There are many online sources for parts, or your local lawn mower shop can probably order one for you as well.

google poulan weedeater parts, or just google the part numbers. They are also available from Sears Parts Direct.


----------



## nnyparts.com (Dec 28, 2009)

Your talking about 33.00 to 35.00 plus S&H, we carry them, Jacks small engine, Sheldin Hill and like 30year tech points out...from you local small engine shops in the area.


----------



## tripower66 (Apr 1, 2008)

30yearTech said:


> There are (2) different drive cables for your model trimmer. You need to look at the illustration and determine which one you need.
> Either the 530094585 or the 530095795
> 
> There are many online sources for parts, or your local lawn mower shop can probably order one for you as well.
> ...


Thanks. One last question. How do I get this trimmer head off?


----------



## 30yearTech (Sep 14, 2006)

The trimmer head should unscrew from the gearbox. It is likely left hand threads, and if so will come off in a clockwise direction. The trimmer head does not need to be removed in order to remove the gear box.


----------



## Deathrite (May 21, 2009)

there may and should be 2 screws holding the gearbox on. one is a crimp type and is under the shaft when holding the trimmer correctly the other should be on the right side and is a "lock" type.. in it screws through the gear box housing there and into a hole on the shaft. loosen the crimp screw a good bit then unscrew the lock one. while it does not need to come all the way out it might be better so you dont lose it. 

one of those shafts goes for around the $16 while the other is around $36. 

and i have seen a broken flexshaft twist a trimmer head slightly.


----------



## tripower66 (Apr 1, 2008)

OK, I bought a new shaft and I got it in there (very straight forward).

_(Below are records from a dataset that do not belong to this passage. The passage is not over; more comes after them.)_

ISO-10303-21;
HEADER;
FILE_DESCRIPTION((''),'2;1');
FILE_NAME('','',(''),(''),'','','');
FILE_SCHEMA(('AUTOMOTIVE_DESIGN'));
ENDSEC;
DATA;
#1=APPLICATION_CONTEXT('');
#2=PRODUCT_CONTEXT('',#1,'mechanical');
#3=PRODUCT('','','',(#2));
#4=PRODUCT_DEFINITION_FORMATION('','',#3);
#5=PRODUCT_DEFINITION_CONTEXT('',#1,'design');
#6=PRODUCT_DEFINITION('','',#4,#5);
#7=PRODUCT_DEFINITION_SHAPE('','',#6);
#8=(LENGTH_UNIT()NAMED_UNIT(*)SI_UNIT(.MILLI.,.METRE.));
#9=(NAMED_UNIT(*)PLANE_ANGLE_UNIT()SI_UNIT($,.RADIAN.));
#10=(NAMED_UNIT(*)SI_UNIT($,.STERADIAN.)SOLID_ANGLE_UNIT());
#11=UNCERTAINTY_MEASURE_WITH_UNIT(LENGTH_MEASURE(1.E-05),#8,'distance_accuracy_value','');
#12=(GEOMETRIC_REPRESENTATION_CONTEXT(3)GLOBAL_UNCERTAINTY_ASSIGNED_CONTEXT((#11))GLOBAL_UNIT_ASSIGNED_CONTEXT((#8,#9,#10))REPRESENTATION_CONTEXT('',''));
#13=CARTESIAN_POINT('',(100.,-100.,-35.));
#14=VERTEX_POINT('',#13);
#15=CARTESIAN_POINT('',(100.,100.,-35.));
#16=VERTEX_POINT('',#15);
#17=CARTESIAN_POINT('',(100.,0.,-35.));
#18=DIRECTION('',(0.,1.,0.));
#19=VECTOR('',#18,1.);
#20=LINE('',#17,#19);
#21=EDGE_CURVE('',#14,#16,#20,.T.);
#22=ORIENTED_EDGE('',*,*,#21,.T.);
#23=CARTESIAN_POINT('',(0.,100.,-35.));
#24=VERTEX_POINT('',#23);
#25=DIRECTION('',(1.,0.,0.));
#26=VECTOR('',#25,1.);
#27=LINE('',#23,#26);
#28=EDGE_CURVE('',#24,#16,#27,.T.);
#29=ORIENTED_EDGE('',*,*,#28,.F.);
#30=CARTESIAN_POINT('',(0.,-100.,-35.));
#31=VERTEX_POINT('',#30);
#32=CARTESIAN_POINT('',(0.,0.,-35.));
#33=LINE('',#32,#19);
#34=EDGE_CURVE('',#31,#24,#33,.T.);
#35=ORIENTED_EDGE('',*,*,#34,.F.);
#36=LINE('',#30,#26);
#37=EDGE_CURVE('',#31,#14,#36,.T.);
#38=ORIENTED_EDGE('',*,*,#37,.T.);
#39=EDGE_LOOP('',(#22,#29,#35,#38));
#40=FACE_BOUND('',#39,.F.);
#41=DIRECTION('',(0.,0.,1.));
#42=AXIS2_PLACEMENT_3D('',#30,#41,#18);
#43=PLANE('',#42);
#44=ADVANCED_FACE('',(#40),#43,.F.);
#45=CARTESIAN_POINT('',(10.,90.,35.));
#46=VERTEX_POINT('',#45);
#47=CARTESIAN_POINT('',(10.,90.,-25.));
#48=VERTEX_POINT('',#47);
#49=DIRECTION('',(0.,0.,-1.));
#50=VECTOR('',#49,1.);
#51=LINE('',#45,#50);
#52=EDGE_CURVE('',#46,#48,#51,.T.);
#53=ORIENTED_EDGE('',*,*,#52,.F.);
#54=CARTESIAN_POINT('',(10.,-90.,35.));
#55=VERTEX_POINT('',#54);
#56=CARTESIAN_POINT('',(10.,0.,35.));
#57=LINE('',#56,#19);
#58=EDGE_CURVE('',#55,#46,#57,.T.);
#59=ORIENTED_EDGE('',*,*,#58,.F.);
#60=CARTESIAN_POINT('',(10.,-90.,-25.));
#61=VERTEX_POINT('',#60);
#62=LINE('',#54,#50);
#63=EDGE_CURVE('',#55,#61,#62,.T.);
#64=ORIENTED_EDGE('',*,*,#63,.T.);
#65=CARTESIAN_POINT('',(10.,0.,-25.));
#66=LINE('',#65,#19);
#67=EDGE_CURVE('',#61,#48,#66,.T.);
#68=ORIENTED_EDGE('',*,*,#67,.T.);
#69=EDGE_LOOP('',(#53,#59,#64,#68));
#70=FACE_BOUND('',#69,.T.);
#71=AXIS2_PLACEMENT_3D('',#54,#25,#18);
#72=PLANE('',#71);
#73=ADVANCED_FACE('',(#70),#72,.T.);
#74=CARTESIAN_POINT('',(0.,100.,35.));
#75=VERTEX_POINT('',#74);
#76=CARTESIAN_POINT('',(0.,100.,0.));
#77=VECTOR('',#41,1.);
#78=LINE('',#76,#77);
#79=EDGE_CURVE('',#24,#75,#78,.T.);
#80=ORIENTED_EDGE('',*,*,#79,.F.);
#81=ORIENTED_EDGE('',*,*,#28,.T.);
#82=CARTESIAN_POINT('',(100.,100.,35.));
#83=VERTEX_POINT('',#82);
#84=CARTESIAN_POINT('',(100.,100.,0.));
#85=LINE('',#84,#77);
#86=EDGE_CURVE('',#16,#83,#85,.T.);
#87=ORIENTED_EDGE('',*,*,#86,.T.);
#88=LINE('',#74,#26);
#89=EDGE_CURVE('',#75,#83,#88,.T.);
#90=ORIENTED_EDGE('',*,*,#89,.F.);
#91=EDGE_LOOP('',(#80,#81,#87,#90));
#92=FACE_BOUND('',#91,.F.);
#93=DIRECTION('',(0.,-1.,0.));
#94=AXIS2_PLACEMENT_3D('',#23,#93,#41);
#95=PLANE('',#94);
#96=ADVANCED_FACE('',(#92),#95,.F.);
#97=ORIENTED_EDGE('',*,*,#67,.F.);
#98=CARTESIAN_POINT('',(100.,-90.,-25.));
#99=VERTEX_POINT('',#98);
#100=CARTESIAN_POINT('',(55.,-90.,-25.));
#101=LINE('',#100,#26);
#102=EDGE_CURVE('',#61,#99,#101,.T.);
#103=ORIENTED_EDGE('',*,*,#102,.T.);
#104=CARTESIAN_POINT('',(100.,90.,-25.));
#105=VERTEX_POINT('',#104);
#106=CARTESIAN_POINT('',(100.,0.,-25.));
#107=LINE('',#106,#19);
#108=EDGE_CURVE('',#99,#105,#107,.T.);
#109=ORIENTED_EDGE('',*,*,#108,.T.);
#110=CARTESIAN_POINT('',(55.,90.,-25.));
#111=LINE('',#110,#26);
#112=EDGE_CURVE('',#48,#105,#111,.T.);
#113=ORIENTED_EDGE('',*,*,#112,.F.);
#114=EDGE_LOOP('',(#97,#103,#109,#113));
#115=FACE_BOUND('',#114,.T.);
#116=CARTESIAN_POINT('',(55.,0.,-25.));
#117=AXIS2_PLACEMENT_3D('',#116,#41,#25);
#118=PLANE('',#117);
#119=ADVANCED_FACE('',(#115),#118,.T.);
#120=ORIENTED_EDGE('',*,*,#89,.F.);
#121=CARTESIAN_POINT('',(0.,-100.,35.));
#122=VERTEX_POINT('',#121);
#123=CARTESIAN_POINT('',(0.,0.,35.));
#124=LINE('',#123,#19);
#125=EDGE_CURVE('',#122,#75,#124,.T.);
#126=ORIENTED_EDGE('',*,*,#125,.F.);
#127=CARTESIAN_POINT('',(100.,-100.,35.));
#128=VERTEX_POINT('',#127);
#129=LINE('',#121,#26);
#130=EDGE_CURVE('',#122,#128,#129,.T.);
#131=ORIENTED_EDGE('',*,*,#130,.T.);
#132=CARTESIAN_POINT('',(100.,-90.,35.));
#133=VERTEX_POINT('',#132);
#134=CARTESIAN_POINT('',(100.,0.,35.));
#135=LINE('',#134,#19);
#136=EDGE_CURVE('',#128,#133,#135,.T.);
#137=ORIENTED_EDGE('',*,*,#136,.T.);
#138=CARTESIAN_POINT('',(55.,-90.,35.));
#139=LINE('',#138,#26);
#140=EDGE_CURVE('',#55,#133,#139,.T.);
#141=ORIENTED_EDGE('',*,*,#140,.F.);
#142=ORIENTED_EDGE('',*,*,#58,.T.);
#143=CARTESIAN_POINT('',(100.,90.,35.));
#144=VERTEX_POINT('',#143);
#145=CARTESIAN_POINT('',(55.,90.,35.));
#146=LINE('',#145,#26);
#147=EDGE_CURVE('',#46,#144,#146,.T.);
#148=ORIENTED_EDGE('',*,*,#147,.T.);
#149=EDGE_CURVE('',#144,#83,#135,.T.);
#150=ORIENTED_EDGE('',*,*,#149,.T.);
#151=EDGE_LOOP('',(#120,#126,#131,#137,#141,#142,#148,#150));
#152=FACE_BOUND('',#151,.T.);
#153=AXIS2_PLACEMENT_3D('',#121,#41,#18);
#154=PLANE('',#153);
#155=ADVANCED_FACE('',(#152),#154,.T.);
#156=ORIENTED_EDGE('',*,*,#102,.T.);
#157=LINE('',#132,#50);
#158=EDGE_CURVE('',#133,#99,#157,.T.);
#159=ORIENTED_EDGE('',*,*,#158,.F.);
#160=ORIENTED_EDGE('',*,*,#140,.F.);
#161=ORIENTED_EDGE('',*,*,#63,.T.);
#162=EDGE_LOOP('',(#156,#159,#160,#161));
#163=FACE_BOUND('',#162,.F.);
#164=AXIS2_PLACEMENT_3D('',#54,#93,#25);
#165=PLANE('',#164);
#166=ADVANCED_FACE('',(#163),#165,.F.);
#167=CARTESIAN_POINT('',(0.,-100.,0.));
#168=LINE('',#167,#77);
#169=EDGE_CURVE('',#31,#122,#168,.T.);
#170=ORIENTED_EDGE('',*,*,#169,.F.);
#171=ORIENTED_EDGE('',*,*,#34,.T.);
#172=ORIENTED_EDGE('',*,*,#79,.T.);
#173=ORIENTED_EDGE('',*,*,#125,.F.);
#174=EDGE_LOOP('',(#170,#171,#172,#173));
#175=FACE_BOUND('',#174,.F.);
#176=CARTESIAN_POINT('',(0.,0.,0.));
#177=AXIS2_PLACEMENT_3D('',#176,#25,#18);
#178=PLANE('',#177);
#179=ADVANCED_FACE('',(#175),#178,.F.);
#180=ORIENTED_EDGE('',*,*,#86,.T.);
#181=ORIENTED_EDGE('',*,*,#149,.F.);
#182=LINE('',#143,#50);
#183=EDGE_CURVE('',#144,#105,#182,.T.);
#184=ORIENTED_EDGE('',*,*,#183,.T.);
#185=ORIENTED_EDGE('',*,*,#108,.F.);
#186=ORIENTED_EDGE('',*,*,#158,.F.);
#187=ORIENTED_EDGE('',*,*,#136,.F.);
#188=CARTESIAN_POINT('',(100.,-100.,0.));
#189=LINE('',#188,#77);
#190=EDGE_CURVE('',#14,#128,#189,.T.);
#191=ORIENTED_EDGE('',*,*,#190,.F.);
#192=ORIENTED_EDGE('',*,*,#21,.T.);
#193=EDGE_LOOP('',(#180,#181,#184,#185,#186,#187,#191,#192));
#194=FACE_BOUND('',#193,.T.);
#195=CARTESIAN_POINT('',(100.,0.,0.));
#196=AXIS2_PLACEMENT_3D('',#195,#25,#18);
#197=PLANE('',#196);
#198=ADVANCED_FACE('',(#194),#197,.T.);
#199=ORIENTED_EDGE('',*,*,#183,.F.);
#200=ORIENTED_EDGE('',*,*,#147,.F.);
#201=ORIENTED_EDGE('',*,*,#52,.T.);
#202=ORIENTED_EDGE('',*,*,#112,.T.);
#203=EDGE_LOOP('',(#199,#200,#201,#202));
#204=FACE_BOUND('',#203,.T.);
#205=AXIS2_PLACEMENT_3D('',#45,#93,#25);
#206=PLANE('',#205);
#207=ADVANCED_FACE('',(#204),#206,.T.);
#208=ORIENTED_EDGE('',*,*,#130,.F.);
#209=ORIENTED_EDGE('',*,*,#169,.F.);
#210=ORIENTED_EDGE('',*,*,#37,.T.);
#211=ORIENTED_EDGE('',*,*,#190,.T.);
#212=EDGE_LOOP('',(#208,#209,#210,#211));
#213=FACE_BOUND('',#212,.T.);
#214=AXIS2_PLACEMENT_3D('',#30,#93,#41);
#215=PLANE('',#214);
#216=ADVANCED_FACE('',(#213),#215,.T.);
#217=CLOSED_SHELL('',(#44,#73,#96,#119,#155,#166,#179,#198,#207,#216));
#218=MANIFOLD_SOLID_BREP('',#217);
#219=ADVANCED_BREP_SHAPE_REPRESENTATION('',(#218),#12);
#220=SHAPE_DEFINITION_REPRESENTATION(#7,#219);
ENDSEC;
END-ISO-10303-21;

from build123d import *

# Parameters (mm, degrees)
F0_W     = 200
F0_H     = 70
F1_DEPTH = 100
F2_W     = 90
F2_H     = 180
F3_DEPTH = 60


with BuildPart() as f1:
    # F0 (on Right) → F1 (new body)
    with BuildSketch(Plane.YZ):
        Rectangle(F0_W, F0_H)
    extrude(amount=F1_DEPTH)

    # F2 (on face) → F3 (cut)
    with BuildSketch(Plane.XY.offset(35)):
        with Locations((55, 0)):
            Rectangle(F2_W, F2_H)
    extrude(amount=-F3_DEPTH, mode=Mode.SUBTRACT)


solid = f1.part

I cranked up the unit and at first it seemed to roll well and then the head slowed down (full throttle). When I tilted the head up toward the sky it started going faster and when I tilted it down toward the grown it went slower. So something is not engaging properly. I also feel that it needs lubrication how is this done and with what type of lube? Oh, one more thing. The old shaft looked slightly rounded off (more on one end than the other) but not enough IMHO to cause this issue.


----------



## 30yearTech (Sep 14, 2006)

Most likely the shaft end is not fully inserted into the power head of the trimmer. Loosen the clamping screw and fully seat the shaft into the engine.


----------



## luckyvision (May 24, 2007)

Something else to check: since the gearbox locks with screws to the shaft, if those screws through the shaft & into the gearbox were tight & not wallowed out, then more than likely, the shaft in the gearbox and/or bearings are worn out. 

The fact that you can change positions & the head engages bears this out. It wouldn't be the first time i've seen this. 

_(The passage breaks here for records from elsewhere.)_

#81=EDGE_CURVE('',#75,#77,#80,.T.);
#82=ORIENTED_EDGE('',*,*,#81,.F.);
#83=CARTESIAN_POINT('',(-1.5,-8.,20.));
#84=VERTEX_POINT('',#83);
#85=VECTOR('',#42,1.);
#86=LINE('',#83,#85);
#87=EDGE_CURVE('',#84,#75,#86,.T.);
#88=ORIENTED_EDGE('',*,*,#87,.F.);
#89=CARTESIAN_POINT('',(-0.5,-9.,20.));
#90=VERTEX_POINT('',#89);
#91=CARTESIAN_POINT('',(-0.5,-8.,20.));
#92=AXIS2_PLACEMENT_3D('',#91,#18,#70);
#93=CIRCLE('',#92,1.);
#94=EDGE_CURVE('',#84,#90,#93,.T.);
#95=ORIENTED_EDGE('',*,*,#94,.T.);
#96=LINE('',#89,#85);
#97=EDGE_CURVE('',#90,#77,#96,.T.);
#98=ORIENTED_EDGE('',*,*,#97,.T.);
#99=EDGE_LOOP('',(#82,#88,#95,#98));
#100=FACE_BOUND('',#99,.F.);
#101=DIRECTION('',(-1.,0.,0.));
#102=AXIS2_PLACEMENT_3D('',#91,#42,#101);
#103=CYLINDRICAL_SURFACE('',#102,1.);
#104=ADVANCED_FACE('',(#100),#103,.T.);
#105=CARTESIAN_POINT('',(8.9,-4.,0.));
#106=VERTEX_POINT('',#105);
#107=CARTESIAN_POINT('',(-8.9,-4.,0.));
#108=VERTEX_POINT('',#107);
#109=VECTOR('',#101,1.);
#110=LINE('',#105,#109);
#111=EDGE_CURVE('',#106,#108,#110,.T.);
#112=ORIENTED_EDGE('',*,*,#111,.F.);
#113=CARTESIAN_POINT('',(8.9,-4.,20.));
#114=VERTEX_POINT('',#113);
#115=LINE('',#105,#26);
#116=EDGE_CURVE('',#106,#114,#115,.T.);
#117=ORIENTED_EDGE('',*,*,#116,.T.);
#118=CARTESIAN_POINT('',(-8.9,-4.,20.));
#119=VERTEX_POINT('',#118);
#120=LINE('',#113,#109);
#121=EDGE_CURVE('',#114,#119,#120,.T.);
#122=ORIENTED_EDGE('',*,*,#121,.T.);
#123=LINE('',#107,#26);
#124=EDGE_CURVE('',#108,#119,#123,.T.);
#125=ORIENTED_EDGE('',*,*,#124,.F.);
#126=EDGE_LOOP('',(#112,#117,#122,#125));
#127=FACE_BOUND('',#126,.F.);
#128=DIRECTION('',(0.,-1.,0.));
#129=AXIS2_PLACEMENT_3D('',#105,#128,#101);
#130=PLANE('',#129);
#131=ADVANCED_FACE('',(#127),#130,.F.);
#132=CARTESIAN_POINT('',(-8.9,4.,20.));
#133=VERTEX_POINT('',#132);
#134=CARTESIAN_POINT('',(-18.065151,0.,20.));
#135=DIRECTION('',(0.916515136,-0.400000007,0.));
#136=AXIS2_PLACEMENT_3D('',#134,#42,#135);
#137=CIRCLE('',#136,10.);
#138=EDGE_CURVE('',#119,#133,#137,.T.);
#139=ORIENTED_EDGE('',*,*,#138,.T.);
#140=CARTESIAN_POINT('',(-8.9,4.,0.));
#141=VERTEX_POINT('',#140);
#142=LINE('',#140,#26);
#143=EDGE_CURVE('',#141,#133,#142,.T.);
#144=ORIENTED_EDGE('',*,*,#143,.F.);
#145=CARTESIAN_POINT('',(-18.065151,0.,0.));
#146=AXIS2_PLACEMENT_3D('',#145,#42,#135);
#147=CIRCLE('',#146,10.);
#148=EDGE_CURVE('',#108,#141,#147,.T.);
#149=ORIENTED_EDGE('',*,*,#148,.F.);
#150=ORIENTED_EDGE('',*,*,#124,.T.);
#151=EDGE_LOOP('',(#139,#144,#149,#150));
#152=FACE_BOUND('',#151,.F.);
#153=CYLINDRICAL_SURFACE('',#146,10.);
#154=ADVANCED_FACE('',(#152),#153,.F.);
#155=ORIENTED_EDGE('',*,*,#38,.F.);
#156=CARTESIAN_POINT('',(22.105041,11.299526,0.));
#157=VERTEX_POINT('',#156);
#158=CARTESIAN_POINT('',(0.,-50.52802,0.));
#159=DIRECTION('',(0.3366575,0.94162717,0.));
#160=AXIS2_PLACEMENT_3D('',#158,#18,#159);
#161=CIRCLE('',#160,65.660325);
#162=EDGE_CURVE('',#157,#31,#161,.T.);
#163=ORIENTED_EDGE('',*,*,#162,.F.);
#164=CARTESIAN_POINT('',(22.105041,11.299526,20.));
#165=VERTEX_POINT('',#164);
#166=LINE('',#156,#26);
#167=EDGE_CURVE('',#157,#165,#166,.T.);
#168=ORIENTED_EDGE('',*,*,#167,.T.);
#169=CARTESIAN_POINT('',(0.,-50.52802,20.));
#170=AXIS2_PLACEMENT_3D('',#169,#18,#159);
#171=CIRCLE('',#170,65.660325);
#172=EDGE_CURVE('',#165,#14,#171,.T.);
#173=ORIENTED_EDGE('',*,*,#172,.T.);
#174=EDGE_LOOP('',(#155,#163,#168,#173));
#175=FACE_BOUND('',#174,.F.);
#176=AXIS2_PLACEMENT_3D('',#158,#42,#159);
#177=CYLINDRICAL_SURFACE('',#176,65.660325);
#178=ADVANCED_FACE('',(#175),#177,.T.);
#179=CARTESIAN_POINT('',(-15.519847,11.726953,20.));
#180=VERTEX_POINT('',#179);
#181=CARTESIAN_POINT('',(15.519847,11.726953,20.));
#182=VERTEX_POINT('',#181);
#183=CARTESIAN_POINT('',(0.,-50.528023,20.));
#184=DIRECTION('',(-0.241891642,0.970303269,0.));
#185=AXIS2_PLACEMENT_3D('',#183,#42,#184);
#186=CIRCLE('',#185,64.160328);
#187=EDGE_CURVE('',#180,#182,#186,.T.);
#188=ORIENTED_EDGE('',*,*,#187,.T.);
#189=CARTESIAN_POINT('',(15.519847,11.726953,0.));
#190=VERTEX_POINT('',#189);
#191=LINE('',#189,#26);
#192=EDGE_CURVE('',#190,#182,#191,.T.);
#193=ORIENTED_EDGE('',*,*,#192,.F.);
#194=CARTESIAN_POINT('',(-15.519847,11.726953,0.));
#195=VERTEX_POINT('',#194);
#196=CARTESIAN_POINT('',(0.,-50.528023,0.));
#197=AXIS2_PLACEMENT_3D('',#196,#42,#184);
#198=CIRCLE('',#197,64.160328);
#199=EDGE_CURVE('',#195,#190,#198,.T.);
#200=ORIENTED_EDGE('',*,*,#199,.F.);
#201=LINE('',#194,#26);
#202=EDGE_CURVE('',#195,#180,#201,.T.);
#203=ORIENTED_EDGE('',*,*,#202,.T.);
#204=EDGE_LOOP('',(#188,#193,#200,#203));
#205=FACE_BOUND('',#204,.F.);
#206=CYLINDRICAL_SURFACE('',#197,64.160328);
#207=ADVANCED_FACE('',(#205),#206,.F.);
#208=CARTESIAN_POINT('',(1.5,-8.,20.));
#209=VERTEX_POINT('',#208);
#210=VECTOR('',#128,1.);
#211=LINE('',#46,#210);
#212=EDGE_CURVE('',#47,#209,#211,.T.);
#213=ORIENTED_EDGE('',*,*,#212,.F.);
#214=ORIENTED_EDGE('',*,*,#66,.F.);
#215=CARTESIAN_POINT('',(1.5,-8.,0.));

Take the head & guard off, then pull the gearbox out as a unit. clean out anly old grass, trimmer line & anything else wrapped around the shaft at the bearing (wide part) then slide the shaft in & out in the bearing, it won't come out, but you shouldn't have more than 1/16" movement. i had an old Stihl FS40 with nearly 5/32" of travel yesterday in my shop...

--Lucky


----------



## tripower66 (Apr 1, 2008)

*Choke Issue*

I got the drive-shaft issue taken care of but now I am having an issue with the Weedeater where I cannot pull off the choke. It starts fine and runs fine but even when I allow it to warm up and try to move off the choke it starts to die. I noticed 3 tuning screws marked: L T H

What are these markings, and can they be adjusted to assist in fixing this choke issue?


----------



## glenjudy (Aug 26, 2006)

What's the model no. of this unit?


----------



## tripower66 (Apr 1, 2008)

glenjudy said:


> What's the model no. of this unit?


Look at the thread title.....


----------